Voters determined the top two candidates in three Madison City Council districts and one Dane County Board race in Tuesday’s spring primary election that saw typical turnout for February contests.
Madison City Council incumbents Paul Skidmore and Rebecca Kemble in Districts 9 and 18, respectively, advanced to the general election April 6.
In a close race in District 9, separated by dozens of votes, Nikki Conklin gained 30.6% (701 votes) over Skidmore's 28.4% (651 votes). Anthony "Nino" Amato came in third with 27.3% of the vote and was separated from the incumbent by 25 votes.
A fourth candidate, Doug Hyant, followed with 13.6% of the vote.
Kemble will face Charles Myadze in April. She received 50.2% with Myadze gaining 37% and a third candidate, Veronica Figueroa Velez, collecting 12.6%.
In District 16, voters will decide between Jael Currie, who received 48.2% (715 votes), and Matt Tramel, with 19% (282 votes), in the general election. One of them will replace current alder Michael Tierney, who did not seek re-election.
They beat out candidates Greg Dixon and Tyson Vitale. A fifth person, Kim Richman, was on the ballot, but he terminated his campaign Jan. 15.

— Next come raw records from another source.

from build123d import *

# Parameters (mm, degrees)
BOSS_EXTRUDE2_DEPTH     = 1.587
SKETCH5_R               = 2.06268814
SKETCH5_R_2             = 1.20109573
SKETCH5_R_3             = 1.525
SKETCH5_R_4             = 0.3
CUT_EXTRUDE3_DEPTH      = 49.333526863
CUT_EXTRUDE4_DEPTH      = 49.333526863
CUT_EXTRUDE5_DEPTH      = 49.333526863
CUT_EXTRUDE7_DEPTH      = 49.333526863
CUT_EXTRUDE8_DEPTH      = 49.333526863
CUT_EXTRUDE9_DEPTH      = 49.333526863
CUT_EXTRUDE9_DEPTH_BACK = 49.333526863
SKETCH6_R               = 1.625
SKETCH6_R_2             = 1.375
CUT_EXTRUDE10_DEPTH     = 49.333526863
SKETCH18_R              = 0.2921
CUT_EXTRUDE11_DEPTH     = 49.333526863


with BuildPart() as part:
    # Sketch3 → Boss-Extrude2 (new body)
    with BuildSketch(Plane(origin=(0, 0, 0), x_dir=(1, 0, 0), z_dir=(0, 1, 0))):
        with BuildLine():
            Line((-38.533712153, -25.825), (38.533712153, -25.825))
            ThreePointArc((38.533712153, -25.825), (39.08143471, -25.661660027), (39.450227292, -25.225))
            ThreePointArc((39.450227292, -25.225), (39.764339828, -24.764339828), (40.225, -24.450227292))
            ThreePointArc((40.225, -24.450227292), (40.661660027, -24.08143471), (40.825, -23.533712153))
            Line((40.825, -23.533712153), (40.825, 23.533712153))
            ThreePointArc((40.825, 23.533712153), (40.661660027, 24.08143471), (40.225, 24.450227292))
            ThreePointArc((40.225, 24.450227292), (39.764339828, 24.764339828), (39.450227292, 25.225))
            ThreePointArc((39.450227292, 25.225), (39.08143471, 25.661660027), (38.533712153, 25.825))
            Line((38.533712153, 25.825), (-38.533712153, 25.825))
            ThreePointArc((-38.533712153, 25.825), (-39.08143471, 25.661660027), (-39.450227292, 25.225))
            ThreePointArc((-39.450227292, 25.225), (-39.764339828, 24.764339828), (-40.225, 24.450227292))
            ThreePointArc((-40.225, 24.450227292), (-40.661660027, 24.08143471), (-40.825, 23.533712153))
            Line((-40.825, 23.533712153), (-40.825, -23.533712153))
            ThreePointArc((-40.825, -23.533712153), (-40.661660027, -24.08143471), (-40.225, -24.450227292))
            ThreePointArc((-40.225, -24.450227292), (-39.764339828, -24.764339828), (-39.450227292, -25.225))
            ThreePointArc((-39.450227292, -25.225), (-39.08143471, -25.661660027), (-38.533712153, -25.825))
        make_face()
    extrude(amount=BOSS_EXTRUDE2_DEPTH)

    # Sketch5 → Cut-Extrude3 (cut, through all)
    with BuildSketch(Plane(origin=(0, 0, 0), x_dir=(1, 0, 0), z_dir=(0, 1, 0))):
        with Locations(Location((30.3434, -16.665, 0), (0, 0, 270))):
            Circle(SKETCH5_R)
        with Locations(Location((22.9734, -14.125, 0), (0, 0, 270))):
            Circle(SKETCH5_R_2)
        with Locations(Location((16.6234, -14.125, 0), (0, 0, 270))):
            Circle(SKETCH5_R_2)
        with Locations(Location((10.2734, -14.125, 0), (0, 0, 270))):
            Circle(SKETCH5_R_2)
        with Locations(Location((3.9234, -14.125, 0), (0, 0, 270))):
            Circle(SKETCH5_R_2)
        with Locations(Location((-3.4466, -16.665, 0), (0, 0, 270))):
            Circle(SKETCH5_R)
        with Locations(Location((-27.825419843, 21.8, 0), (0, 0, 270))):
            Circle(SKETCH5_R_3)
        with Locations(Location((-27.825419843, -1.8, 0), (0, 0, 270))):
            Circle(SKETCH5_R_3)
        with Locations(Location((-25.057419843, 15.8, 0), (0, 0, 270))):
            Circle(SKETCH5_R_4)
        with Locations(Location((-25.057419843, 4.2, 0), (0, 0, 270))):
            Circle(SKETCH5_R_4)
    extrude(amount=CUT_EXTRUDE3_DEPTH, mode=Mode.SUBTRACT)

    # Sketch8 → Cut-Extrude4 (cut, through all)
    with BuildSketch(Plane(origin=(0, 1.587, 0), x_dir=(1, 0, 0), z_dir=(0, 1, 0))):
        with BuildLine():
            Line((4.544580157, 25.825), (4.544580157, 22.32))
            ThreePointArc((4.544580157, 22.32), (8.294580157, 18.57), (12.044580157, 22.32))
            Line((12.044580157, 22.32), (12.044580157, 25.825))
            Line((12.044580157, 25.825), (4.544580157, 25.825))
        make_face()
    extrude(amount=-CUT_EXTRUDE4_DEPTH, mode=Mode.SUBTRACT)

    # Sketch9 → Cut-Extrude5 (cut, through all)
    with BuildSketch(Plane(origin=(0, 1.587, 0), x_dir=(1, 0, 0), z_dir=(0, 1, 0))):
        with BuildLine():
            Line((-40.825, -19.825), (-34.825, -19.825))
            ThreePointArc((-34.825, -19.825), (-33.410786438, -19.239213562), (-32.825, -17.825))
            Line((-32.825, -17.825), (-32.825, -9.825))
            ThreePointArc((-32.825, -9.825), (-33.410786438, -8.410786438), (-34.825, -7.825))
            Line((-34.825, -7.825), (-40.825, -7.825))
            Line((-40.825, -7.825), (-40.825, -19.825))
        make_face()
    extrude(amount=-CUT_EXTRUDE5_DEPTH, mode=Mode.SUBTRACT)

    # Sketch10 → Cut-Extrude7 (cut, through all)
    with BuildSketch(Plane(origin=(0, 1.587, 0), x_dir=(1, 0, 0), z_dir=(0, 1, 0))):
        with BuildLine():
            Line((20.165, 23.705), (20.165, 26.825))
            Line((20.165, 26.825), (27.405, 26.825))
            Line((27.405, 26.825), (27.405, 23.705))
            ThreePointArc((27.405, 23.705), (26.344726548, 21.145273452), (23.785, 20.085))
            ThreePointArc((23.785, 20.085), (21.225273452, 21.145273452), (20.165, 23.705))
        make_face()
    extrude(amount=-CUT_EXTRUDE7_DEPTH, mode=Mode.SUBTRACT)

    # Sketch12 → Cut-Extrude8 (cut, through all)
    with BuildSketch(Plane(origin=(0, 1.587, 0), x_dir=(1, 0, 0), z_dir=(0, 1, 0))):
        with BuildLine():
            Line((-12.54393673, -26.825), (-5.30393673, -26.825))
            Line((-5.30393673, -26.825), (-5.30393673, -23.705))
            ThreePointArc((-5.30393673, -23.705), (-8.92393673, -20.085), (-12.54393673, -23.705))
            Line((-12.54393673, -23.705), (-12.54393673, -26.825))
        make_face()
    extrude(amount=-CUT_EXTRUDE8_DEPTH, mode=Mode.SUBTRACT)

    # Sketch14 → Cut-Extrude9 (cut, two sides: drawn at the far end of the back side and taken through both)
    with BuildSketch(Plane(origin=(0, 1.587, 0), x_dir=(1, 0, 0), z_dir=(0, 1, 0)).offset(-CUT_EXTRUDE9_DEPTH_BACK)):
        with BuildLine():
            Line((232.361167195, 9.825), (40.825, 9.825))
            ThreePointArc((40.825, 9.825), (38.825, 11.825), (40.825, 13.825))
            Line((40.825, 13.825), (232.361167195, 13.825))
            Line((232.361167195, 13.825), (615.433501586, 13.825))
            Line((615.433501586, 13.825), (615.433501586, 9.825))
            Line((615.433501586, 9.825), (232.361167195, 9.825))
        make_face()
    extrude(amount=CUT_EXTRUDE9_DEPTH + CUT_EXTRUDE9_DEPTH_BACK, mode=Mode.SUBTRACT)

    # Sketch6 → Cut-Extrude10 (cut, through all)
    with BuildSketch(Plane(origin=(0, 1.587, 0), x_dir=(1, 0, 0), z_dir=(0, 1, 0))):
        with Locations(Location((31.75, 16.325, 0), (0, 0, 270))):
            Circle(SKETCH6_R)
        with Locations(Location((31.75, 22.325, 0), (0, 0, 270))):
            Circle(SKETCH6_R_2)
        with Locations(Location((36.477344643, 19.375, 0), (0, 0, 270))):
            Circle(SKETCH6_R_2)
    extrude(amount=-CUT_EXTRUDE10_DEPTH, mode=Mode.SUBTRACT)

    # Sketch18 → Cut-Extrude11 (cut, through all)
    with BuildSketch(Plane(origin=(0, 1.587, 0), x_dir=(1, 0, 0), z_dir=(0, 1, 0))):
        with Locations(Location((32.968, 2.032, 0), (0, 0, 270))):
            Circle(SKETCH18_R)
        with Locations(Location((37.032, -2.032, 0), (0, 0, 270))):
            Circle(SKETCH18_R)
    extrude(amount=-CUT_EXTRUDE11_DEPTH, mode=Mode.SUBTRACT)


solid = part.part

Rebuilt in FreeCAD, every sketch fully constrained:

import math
import FreeCAD as App
import Part
import Sketcher
from FreeCAD import Vector

doc = App.newDocument("Part")
params = doc.addObject("Spreadsheet::Sheet", "Params")
for row, (alias, value) in enumerate([
    ("sketch1_radius", "1 mm"),
    ("sketch1_radius2", "1.5 mm"),
    ("pad1_length", "1.587 mm"),
    ("sketch2_diameter", "0.6 mm"),
    ("sketch2_diameter2", "3.05 mm"),
    ("sketch3_radius", "3.75 mm"),
    ("sketch4_radius", "2 mm"),
    ("sketch4_width", "6 mm"),
    ("sketch4_height", "8 mm"),
    ("sketch5_radius", "3.62 mm"),
    ("sketch5_height", "3.12 mm"),
    ("sketch6_radius", "3.62 mm"),
    ("sketch6_height", "3.12 mm"),
    ("sketch7_radius", "2 mm"),
    ("sketch8_diameter", "3.25 mm"),
    ("sketch8_diameter2", "2.75 mm"),
], start=1):
    params.set(f"A{row}", alias)
    params.set(f"B{row}", "=" + value)
    params.setAlias(f"B{row}", alias)

body = doc.addObject("PartDesign::Body", "Body")

# Sketch on XZ plane
sketch1 = doc.addObject("Sketcher::SketchObject", "Sketch")
body.addObject(sketch1)
sketch1.AttachmentSupport = (doc.XZ_Plane, [""])
sketch1.MapMode = "FlatFace"
sketch1.addGeometry([
    Part.LineSegment(Vector(-38.5, 25.8, 0), Vector(38.5, 25.8, 0)),  # 0
    Part.ArcOfCircle(Part.Circle(Vector(38.5, 24.8, 0), Vector(0, 0, 1), 1), math.radians(24), math.radians(90)),  # 1
    Part.ArcOfCircle(Part.Circle(Vector(40.8, 25.8, 0), Vector(0, 0, 1), 1.5), math.radians(-156), math.radians(-114)),  # 2
    Part.ArcOfCircle(Part.Circle(Vector(39.8, 23.5, 0), Vector(0, 0, 1), 1), math.radians(0), math.radians(66)),  # 3
    Part.LineSegment(Vector(40.8, 23.5, 0), Vector(40.8, -23.5, 0)),  # 4
    Part.ArcOfCircle(Part.Circle(Vector(39.8, -23.5, 0), Vector(0, 0, 1), 1), math.radians(-66), math.radians(0)),  # 5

In the three-candidate Dane County Board of Supervisors District 12 race, Larry Palm and Amani Latimer Burris will advance to the general election. Palm and Burris received 54.3% and 31.2% of the votes, respectively, while Goodwill Chekwube Obieze received 13.6%
Palm, a former Madison City Council alder, was appointed to the seat representing the city’s north side following the death of Paul Rusk, who had served in the position since 2002.
As of 4 p.m., 20,573 Madison voters had their ballots counted — approximately 10.65% of registered voters in the city, according to the city clerk’s office, putting the city on track to reach 21% voter turnout.
Voter turnout, measured as a percentage of registered voters, was 27% in Madison’s February 2020 primary and 21% the year prior.
Earlier Tuesday, Wisconsin Elections Commissions Administrator Meagan Wolfe said turnout across the state in spring primaries tends to be low.
“The February election is historically a very low turnout election, averaging around 10% eligible voter turnout,” Wolfe said, comparing that to upwards of 70% in November elections.